***** Recorded information *****

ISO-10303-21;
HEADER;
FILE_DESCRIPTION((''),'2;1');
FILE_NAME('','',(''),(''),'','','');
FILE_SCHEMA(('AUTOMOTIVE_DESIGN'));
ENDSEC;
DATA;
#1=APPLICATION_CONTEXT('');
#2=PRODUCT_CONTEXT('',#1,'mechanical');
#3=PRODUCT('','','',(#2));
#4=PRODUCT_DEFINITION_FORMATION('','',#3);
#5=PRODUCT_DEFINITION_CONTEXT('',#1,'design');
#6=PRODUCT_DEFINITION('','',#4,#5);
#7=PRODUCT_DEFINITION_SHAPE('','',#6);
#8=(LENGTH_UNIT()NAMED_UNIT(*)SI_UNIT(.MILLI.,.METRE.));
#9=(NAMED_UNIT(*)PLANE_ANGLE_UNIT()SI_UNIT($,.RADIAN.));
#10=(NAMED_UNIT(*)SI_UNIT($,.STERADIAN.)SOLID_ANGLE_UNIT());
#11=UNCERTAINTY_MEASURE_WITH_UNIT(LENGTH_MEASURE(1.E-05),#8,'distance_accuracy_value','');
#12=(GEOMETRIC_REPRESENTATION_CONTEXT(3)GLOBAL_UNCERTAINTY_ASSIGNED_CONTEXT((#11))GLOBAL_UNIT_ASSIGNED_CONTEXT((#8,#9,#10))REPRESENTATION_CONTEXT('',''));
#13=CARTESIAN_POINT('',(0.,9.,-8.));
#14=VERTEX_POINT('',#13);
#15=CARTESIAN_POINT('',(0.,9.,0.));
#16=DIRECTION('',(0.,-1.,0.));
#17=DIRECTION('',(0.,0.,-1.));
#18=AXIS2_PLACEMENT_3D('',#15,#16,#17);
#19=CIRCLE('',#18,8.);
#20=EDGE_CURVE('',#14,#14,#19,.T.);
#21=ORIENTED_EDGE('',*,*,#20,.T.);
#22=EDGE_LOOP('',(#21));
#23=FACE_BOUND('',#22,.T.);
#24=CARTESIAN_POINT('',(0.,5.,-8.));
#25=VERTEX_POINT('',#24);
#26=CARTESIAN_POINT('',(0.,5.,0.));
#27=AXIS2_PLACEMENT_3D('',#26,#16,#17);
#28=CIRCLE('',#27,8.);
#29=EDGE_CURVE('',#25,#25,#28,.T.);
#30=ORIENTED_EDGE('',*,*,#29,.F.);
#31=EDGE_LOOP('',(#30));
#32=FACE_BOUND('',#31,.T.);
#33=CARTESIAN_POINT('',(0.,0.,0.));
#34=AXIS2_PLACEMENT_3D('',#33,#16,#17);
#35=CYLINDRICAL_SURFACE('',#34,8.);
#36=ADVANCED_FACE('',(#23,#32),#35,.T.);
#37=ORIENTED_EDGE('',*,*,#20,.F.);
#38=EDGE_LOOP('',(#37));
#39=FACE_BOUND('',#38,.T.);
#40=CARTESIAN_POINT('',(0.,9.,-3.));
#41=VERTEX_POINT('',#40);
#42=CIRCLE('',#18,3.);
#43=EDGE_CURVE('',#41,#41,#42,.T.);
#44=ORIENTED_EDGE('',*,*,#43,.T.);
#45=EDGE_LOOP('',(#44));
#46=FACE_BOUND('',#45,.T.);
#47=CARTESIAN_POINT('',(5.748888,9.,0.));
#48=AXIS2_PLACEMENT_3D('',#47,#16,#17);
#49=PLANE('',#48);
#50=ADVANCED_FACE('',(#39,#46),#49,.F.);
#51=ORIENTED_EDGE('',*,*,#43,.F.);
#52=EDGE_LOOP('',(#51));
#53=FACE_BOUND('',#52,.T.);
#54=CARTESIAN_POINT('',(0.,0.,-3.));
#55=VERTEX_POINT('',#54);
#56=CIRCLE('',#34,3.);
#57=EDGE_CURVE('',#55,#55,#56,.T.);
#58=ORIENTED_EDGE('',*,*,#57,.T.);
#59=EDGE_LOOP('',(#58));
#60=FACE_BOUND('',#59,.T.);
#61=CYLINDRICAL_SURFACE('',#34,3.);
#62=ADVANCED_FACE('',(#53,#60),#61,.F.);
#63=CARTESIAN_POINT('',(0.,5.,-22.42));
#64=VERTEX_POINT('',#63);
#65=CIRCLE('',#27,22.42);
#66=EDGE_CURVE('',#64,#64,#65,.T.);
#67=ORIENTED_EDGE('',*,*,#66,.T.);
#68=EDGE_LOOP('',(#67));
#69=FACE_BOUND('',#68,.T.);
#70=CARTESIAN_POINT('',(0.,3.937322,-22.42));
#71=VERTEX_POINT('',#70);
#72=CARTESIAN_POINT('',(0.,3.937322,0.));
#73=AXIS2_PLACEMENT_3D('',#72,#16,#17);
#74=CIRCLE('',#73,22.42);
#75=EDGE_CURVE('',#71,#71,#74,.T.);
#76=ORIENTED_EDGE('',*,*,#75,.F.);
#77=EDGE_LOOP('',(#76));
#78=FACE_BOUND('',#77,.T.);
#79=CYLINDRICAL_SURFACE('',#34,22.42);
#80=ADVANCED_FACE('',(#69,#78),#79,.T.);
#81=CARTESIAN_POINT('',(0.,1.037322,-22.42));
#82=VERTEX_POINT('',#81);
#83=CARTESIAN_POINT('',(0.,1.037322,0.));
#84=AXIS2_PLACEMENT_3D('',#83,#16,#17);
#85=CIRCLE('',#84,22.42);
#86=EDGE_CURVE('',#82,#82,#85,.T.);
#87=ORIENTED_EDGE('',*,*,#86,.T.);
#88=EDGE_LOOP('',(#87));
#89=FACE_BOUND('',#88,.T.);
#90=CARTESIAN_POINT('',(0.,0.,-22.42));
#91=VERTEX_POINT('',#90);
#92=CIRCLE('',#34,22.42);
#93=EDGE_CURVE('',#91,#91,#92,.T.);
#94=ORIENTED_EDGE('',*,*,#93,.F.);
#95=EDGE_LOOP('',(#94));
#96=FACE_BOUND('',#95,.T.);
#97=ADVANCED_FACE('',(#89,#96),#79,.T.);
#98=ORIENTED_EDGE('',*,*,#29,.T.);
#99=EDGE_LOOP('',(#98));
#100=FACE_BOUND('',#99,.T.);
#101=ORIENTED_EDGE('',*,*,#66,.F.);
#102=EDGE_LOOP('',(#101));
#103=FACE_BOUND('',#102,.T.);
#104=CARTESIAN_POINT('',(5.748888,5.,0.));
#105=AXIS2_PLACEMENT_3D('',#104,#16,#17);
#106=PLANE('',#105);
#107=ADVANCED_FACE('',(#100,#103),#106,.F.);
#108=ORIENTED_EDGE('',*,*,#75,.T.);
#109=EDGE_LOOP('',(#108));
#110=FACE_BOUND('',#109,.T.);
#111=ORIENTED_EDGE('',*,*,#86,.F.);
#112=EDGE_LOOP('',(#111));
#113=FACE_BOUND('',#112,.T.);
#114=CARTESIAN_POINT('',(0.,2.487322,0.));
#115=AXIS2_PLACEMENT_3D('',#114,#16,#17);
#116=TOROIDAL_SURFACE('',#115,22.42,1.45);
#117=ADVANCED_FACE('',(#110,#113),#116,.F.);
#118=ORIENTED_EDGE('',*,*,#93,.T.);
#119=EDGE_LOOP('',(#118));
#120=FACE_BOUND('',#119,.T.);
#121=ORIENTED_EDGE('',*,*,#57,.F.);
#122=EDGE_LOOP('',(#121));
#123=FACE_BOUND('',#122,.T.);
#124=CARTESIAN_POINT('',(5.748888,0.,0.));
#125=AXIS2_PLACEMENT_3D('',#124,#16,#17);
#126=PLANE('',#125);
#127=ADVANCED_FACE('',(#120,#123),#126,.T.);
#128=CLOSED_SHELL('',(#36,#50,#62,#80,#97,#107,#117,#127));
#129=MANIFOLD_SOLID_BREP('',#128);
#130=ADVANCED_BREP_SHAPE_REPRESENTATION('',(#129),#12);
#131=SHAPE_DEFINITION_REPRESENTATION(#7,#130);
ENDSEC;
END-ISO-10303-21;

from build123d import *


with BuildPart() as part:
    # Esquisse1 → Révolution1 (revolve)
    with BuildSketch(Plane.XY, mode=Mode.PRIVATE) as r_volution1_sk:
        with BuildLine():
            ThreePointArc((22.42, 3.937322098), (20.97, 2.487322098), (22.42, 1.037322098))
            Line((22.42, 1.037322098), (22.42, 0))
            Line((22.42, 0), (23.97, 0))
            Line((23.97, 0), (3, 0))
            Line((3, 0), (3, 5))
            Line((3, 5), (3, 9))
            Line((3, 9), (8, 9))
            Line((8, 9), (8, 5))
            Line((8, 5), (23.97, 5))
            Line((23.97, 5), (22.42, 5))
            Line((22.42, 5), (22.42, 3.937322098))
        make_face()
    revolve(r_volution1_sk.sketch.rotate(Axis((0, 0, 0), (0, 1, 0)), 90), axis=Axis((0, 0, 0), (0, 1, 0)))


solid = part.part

*****

▸ **Exercise**: The response should hold exactly the lines starting at the line with "#103=FACE_BOUND('',#102,.T.);" and ending at the line with "#111=ORIENTED_EDGE('',*,*,#86,.F.);", and no other line of the material above.

▸ **Written answer**:
#103=FACE_BOUND('',#102,.T.);
#104=CARTESIAN_POINT('',(5.748888,5.,0.));
#105=AXIS2_PLACEMENT_3D('',#104,#16,#17);
#106=PLANE('',#105);
#107=ADVANCED_FACE('',(#100,#103),#106,.F.);
#108=ORIENTED_EDGE('',*,*,#75,.T.);
#109=EDGE_LOOP('',(#108));
#110=FACE_BOUND('',#109,.T.);
#111=ORIENTED_EDGE('',*,*,#86,.F.);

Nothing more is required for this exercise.